The point I'm making is that there is a big difference of the preferences of an 80 vs 60 y/o. That's it and don't think anyone can argue with that.


----------



## perropedorro (Mar 19, 2016)

nomad1952 said:


> The point I'm making is that there is a big difference of the preferences of an 80 vs 60 y/o. That's it and don't think anyone can argue with that.


I'd argue chronological age is emphatically _not_ the sole index of physical and mental healthor level of activity. Lots of 80 year-olds that are in great shape and still have all their marbles along a zest for life and aren't ready for assisted living any time soon. Then there are those at 70, 60, maybe even 50 that look and act like they're just passing time.
But I'd agree with you on Bahía Kino, Rocky Point or any of the places between on the Sonora Coast. Not particularly pretty, interesting or cheap. Álamos is east of Navojoa, away from the coast but rather near the mines.

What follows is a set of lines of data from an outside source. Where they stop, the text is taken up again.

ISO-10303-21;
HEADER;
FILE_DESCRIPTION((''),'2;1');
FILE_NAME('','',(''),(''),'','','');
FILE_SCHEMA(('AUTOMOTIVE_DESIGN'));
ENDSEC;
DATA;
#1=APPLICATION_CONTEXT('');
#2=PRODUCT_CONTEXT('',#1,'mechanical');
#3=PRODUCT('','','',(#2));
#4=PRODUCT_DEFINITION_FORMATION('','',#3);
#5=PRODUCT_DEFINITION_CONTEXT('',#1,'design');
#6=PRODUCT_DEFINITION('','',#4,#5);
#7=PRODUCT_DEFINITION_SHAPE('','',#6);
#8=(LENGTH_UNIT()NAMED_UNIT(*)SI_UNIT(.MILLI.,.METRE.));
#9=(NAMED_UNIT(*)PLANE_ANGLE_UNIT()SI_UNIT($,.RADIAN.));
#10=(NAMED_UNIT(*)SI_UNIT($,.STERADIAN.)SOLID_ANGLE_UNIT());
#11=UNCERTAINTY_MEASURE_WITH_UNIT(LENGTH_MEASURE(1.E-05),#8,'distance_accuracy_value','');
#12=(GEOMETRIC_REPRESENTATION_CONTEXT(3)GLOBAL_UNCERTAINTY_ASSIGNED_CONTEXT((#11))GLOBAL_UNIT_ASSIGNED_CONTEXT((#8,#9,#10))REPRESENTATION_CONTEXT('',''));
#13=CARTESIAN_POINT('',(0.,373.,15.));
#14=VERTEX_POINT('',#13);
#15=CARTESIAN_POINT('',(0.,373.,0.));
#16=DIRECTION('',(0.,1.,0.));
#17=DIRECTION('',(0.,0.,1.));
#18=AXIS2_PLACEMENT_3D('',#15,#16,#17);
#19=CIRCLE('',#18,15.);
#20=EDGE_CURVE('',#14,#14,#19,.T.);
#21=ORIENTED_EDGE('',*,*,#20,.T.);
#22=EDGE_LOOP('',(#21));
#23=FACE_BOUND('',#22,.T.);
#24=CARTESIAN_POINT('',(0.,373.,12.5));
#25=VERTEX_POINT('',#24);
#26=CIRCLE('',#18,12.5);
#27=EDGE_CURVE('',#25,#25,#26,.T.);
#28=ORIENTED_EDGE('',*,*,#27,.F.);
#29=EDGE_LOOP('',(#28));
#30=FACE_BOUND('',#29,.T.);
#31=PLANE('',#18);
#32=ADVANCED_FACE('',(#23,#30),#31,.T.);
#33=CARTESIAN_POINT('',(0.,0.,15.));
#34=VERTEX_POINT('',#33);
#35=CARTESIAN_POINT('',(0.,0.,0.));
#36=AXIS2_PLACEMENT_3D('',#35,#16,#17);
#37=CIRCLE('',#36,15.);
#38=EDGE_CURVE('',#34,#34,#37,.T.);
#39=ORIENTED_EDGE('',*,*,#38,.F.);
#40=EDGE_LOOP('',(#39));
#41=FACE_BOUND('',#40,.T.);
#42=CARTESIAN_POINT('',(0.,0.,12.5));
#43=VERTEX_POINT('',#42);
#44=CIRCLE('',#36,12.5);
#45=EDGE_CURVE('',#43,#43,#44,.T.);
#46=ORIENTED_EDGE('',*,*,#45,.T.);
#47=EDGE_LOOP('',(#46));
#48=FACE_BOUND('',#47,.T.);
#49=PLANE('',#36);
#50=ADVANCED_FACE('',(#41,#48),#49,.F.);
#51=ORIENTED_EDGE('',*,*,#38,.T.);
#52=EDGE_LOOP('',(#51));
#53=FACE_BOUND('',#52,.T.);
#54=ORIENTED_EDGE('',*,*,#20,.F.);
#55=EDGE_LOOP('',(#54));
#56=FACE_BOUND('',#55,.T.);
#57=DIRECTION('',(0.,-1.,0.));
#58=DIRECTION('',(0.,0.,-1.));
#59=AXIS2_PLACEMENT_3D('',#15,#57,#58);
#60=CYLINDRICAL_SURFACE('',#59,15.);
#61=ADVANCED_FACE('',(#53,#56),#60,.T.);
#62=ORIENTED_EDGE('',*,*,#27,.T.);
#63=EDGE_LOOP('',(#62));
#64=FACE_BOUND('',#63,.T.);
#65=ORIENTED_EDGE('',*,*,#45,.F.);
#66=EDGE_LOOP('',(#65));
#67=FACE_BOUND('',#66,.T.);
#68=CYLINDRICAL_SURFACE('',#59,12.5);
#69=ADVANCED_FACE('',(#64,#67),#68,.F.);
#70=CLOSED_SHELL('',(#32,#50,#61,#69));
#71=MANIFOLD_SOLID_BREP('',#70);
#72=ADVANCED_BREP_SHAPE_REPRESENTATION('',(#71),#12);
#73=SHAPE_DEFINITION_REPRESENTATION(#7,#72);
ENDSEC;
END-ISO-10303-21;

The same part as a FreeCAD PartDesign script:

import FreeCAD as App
import Part
import Sketcher
from FreeCAD import Vector

doc = App.newDocument("Part")
body = doc.addObject("PartDesign::Body", "Body")

# Sketch on XZ plane
sketch1 = body.newObject("Sketcher::SketchObject", "Sketch")
sketch1.AttachmentSupport = (doc.getObject("XZ_Plane"), [""])
sketch1.MapMode = "FlatFace"
sketch1.addGeometry([
    Part.Circle(Vector(0, 0, 0), Vector(0, 0, 1), 15),
    Part.Circle(Vector(0, 0, 0), Vector(0, 0, 1), 12.5),
], False)
sketch1.addConstraint([
    Sketcher.Constraint("Coincident", 0, 3, -1, 1),
    Sketcher.Constraint("Coincident", 1, 3, -1, 1),
    Sketcher.Constraint("Diameter", 0, 30.0),
    Sketcher.Constraint("Diameter", 1, 25.0),
])
pad1 = body.newObject("PartDesign::Pad", "Pad")
pad1.Profile = sketch1
pad1.Length = 373
pad1.Reversed = True

doc.recompute()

I think San Carlos might be what canam99 is looking for. It's the beach area/tourist district of Guaymas, Sonora, a little nicer. Several RV parks that cater to Snowbirds but not sure how many year-round expats live there or what sort of community they have.


----------



## TundraGreen (Jul 15, 2010)

nomad1952 said:


> The point I'm making is that there is a big difference of the preferences of an 80 vs 60 y/o. That's it and don't think anyone can argue with that.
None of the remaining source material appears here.